[Instructions to follow] Copy exactly the stretch of data below from the line with "v 0 100.269 -38.015" through the line with "v 10 -33.073 -6.879", including both of those lines.

(Dataset entries)
------
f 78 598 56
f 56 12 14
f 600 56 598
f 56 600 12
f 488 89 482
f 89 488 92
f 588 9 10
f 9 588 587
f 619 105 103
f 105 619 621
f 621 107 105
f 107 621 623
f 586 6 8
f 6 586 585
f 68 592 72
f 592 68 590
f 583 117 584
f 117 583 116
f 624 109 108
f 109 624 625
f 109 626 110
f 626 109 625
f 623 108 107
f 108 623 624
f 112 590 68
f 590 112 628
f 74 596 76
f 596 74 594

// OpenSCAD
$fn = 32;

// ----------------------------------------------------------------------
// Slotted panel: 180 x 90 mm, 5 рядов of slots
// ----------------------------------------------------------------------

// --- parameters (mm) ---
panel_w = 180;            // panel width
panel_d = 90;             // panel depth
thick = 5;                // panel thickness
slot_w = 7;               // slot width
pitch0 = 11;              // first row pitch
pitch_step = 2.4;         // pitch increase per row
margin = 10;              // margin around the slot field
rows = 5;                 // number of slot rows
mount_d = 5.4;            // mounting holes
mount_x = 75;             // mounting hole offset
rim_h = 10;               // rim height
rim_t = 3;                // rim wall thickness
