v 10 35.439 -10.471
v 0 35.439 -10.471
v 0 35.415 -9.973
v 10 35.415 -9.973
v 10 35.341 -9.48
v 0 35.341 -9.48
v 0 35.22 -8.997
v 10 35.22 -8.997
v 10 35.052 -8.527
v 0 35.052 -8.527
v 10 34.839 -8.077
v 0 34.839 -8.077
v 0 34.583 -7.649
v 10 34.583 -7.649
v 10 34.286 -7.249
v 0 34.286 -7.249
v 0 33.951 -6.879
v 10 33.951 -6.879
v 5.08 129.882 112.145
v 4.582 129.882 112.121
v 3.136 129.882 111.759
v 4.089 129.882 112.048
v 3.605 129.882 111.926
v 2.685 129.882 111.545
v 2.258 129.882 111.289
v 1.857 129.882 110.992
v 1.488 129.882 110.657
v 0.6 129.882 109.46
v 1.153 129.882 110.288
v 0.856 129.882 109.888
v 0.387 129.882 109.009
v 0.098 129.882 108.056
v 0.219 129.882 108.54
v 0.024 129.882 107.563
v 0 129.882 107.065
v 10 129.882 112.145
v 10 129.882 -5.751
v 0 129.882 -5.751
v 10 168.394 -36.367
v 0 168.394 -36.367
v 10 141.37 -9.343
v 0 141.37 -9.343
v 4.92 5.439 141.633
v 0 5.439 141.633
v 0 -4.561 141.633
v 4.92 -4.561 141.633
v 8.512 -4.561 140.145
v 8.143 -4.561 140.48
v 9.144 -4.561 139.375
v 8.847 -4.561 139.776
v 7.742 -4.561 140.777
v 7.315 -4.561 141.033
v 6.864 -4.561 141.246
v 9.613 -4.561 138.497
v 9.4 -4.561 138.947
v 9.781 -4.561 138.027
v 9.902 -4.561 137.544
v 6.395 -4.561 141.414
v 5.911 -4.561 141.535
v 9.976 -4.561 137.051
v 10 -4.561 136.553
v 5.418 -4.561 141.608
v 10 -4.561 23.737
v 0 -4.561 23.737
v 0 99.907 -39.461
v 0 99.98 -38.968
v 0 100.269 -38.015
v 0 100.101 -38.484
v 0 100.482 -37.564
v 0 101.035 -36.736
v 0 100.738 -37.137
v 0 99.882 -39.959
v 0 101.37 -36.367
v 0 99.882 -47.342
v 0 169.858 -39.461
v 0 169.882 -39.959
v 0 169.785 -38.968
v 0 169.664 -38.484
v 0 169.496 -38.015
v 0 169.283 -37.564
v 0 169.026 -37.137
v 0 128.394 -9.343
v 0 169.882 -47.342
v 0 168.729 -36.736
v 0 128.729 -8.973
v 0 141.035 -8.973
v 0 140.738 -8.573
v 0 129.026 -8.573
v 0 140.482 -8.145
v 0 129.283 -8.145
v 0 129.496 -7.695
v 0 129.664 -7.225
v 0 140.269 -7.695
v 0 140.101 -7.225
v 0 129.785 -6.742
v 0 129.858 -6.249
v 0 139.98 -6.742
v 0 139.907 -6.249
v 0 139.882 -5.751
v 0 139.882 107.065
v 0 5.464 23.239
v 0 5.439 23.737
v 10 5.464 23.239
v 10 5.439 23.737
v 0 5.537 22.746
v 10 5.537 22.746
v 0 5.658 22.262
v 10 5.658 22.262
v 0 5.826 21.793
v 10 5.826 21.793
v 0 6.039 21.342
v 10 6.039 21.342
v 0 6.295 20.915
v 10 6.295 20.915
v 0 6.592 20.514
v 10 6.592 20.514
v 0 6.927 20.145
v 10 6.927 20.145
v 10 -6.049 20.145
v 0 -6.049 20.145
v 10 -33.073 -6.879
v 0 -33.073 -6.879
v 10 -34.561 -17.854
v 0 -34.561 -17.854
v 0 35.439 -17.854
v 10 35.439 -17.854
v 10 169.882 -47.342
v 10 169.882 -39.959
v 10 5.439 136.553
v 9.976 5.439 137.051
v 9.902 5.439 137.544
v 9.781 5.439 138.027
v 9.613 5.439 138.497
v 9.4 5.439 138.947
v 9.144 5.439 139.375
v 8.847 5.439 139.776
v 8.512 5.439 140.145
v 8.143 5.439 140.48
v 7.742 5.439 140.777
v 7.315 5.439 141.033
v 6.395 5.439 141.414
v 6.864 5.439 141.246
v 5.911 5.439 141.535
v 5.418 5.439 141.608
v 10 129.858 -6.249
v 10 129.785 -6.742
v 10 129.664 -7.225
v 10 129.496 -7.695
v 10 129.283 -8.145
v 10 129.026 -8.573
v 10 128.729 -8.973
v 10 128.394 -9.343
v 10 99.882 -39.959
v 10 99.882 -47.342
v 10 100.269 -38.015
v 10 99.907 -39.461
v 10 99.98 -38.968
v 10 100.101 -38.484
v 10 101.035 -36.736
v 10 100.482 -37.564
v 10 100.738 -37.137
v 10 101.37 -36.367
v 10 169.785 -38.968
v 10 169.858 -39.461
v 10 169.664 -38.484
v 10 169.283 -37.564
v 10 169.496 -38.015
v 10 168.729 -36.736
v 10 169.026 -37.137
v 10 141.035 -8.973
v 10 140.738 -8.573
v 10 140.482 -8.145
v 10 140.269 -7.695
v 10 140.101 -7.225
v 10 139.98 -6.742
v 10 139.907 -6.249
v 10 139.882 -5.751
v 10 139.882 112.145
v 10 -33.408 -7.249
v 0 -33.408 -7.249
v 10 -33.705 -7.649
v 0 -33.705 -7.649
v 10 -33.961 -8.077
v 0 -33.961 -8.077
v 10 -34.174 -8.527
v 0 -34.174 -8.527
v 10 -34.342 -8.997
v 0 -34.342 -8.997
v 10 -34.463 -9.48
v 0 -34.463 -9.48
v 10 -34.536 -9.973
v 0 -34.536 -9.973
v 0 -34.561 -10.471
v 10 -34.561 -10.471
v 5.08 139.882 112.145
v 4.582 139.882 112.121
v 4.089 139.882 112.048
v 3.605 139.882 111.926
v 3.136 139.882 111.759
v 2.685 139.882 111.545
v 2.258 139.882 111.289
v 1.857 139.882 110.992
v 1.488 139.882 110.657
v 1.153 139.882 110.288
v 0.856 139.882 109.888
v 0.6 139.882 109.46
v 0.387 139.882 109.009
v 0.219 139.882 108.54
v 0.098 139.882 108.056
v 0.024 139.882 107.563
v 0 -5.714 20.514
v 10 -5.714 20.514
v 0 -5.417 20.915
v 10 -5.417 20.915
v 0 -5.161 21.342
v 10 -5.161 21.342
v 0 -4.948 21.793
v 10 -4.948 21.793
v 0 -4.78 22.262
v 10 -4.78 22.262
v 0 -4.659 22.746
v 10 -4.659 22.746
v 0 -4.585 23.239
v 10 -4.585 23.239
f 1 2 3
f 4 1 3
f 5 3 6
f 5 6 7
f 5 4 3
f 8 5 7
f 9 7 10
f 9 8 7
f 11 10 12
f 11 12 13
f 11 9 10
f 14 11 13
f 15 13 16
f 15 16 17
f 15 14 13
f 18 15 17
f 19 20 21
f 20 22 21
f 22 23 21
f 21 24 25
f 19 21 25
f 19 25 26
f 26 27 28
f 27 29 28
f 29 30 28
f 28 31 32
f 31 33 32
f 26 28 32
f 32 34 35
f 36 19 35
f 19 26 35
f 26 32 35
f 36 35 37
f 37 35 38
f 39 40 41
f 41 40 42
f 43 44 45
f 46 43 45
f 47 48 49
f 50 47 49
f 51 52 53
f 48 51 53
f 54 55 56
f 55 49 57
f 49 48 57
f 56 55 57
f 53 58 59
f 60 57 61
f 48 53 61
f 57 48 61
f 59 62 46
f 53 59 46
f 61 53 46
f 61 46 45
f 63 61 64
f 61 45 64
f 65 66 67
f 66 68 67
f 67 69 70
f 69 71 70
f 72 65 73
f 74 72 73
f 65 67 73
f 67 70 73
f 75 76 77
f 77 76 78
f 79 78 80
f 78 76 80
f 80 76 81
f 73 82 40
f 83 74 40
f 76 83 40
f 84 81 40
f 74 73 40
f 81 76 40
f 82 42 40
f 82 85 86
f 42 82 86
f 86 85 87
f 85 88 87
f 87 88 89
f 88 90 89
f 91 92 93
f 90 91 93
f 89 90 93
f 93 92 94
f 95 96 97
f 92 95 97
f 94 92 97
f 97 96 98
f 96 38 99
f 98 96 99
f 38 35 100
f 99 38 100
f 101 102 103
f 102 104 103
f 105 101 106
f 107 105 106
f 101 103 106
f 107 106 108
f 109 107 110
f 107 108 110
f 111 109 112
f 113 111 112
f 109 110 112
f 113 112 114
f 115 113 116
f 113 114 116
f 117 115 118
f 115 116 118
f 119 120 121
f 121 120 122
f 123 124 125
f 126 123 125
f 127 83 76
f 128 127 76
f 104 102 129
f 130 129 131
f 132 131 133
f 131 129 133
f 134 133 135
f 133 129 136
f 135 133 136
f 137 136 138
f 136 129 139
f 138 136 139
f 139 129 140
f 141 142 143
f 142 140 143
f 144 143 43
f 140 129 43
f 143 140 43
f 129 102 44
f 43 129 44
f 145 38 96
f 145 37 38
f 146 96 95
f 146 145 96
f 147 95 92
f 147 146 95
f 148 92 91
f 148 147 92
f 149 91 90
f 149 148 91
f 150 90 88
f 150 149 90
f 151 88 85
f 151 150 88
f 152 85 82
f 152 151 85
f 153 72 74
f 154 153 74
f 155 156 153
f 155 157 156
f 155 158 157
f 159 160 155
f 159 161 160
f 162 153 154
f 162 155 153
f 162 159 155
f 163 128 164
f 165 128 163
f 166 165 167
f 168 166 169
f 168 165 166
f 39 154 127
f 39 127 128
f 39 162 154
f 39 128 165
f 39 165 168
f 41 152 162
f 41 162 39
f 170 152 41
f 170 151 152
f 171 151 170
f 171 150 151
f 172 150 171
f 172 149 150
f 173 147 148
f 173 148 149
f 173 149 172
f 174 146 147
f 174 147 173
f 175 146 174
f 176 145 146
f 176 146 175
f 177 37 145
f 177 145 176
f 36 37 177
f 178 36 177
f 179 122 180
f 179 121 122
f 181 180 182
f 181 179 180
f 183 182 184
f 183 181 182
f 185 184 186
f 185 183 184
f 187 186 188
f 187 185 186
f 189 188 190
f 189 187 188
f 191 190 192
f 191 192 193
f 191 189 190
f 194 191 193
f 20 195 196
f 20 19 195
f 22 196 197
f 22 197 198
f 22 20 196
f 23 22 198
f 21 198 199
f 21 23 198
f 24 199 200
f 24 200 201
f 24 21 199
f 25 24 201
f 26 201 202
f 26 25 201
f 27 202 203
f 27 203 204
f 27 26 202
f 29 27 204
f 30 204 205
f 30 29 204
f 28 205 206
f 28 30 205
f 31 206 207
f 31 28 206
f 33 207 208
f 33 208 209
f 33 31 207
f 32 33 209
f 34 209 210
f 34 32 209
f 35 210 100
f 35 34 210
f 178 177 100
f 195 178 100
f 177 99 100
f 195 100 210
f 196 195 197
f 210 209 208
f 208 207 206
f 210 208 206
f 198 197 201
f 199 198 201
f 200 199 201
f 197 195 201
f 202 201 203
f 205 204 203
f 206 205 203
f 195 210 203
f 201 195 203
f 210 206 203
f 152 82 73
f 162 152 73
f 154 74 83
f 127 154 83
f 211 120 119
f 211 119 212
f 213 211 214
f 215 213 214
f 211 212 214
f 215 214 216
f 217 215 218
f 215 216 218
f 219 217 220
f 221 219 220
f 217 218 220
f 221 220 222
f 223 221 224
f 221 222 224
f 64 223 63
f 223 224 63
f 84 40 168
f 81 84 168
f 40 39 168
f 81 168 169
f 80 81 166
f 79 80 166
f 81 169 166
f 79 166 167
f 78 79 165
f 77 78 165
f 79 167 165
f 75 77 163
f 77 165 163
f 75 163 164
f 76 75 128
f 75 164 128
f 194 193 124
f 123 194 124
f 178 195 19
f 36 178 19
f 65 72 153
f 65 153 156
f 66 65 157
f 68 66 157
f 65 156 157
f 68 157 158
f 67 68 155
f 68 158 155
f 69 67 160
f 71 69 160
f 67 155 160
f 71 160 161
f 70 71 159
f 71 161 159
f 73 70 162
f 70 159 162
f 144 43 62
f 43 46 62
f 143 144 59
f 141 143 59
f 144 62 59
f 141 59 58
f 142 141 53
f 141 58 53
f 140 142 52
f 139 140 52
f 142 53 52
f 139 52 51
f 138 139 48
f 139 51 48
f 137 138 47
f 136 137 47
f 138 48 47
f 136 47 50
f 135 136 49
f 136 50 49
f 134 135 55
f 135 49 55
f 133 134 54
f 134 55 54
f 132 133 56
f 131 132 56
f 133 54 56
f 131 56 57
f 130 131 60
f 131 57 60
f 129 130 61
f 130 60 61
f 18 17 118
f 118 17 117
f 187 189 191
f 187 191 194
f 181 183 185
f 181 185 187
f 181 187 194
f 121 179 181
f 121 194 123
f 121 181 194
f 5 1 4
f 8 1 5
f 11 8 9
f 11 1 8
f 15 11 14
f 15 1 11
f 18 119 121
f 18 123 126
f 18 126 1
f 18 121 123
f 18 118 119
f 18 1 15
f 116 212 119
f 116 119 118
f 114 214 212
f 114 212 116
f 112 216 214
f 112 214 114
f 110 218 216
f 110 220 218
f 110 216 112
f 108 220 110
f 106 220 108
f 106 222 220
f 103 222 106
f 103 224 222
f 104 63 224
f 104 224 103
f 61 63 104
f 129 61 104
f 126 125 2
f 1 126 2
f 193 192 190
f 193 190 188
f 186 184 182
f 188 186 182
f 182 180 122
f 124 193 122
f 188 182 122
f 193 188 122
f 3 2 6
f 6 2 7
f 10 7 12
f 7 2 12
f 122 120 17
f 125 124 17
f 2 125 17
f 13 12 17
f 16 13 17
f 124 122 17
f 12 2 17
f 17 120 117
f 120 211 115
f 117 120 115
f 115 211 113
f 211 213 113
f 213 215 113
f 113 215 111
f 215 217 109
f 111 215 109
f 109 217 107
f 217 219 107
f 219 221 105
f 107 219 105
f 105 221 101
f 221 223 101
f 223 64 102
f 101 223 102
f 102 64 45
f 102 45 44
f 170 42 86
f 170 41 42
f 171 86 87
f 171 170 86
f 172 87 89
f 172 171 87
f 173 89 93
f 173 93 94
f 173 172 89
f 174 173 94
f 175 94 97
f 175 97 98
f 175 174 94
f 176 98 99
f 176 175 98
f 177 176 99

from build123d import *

# Parameters (mm, degrees)
F1_DEPTH = 10
F2_DEPTH = 10
F3_R     = 5.08
F4_R     = 5.08
F5_R     = 5.08
F6_R     = 5.08
F7_R     = 5.08
F8_R     = 5.08
F9_R     = 5.08
F10_R    = 5.08
F11_R    = 5.08
F12_R    = 5.08


with BuildPart() as f1:
    # F0 (on Right) → F1 (new body)
    with BuildSketch(Plane.YZ):
        Polygon((5.439054, 141.632784), (-4.560946, 141.632784), (-4.560946, 21.632784), (-4.560946, -8.367216), (5.439054, -8.367216), (5.439054, 21.632784), align=None)
        Polygon((-4.560946, -8.367216), (-4.560946, 21.632784), (-34.560946, -8.367216), align=None)
        Polygon((35.439054, -8.367216), (5.439054, 21.632784), (5.439054, -8.367216), align=None)
        Polygon((5.439054, -8.367216), (-4.560946, -8.367216), (-34.560946, -8.367216), (-34.560946, -17.854397), (35.439054, -17.854397), (35.439054, -8.367216), align=None)
    extrude(amount=F1_DEPTH)

    # F3
    f3_edges = [f1.edges().sort_by_distance(p)[0] for p in [
        (10, 0.439054, 141.632784),
    ]]
    fillet(f3_edges, radius=F3_R)

    # F7
    f7_edges = [f1.edges().sort_by_distance(p)[0] for p in [
        (5, -34.560946, -8.367216),
    ]]
    fillet(f7_edges, radius=F7_R)

    # F8
    f8_edges = [f1.edges().sort_by_distance(p)[0] for p in [
        (5, 35.439054, -8.367216),
    ]]
    fillet(f8_edges, radius=F8_R)

    # F11
    f11_edges = [f1.edges().sort_by_distance(p)[0] for p in [
        (5, -4.560946, 21.632784),
    ]]
    fillet(f11_edges, radius=F11_R)

    # F12
    f12_edges = [f1.edges().sort_by_distance(p)[0] for p in [
        (5, 5.439054, 21.632784),
    ]]
    fillet(f12_edges, radius=F12_R)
------
[Finished task]
v 0 100.269 -38.015
v 0 100.101 -38.484
v 0 100.482 -37.564
v 0 101.035 -36.736
v 0 100.738 -37.137
v 0 99.882 -39.959
v 0 101.37 -36.367
v 0 99.882 -47.342
v 0 169.858 -39.461
v 0 169.882 -39.959
v 0 169.785 -38.968
v 0 169.664 -38.484
v 0 169.496 -38.015
v 0 169.283 -37.564
v 0 169.026 -37.137
v 0 128.394 -9.343
v 0 169.882 -47.342
v 0 168.729 -36.736
v 0 128.729 -8.973
v 0 141.035 -8.973
v 0 140.738 -8.573
v 0 129.026 -8.573
v 0 140.482 -8.145
v 0 129.283 -8.145
v 0 129.496 -7.695
v 0 129.664 -7.225
v 0 140.269 -7.695
v 0 140.101 -7.225
v 0 129.785 -6.742
v 0 129.858 -6.249
v 0 139.98 -6.742
v 0 139.907 -6.249
v 0 139.882 -5.751
v 0 139.882 107.065
v 0 5.464 23.239
v 0 5.439 23.737
v 10 5.464 23.239
v 10 5.439 23.737
v 0 5.537 22.746
v 10 5.537 22.746
v 0 5.658 22.262
v 10 5.658 22.262
v 0 5.826 21.793
v 10 5.826 21.793
v 0 6.039 21.342
v 10 6.039 21.342
v 0 6.295 20.915
v 10 6.295 20.915
v 0 6.592 20.514
v 10 6.592 20.514
v 0 6.927 20.145
v 10 6.927 20.145
v 10 -6.049 20.145
v 0 -6.049 20.145
v 10 -33.073 -6.879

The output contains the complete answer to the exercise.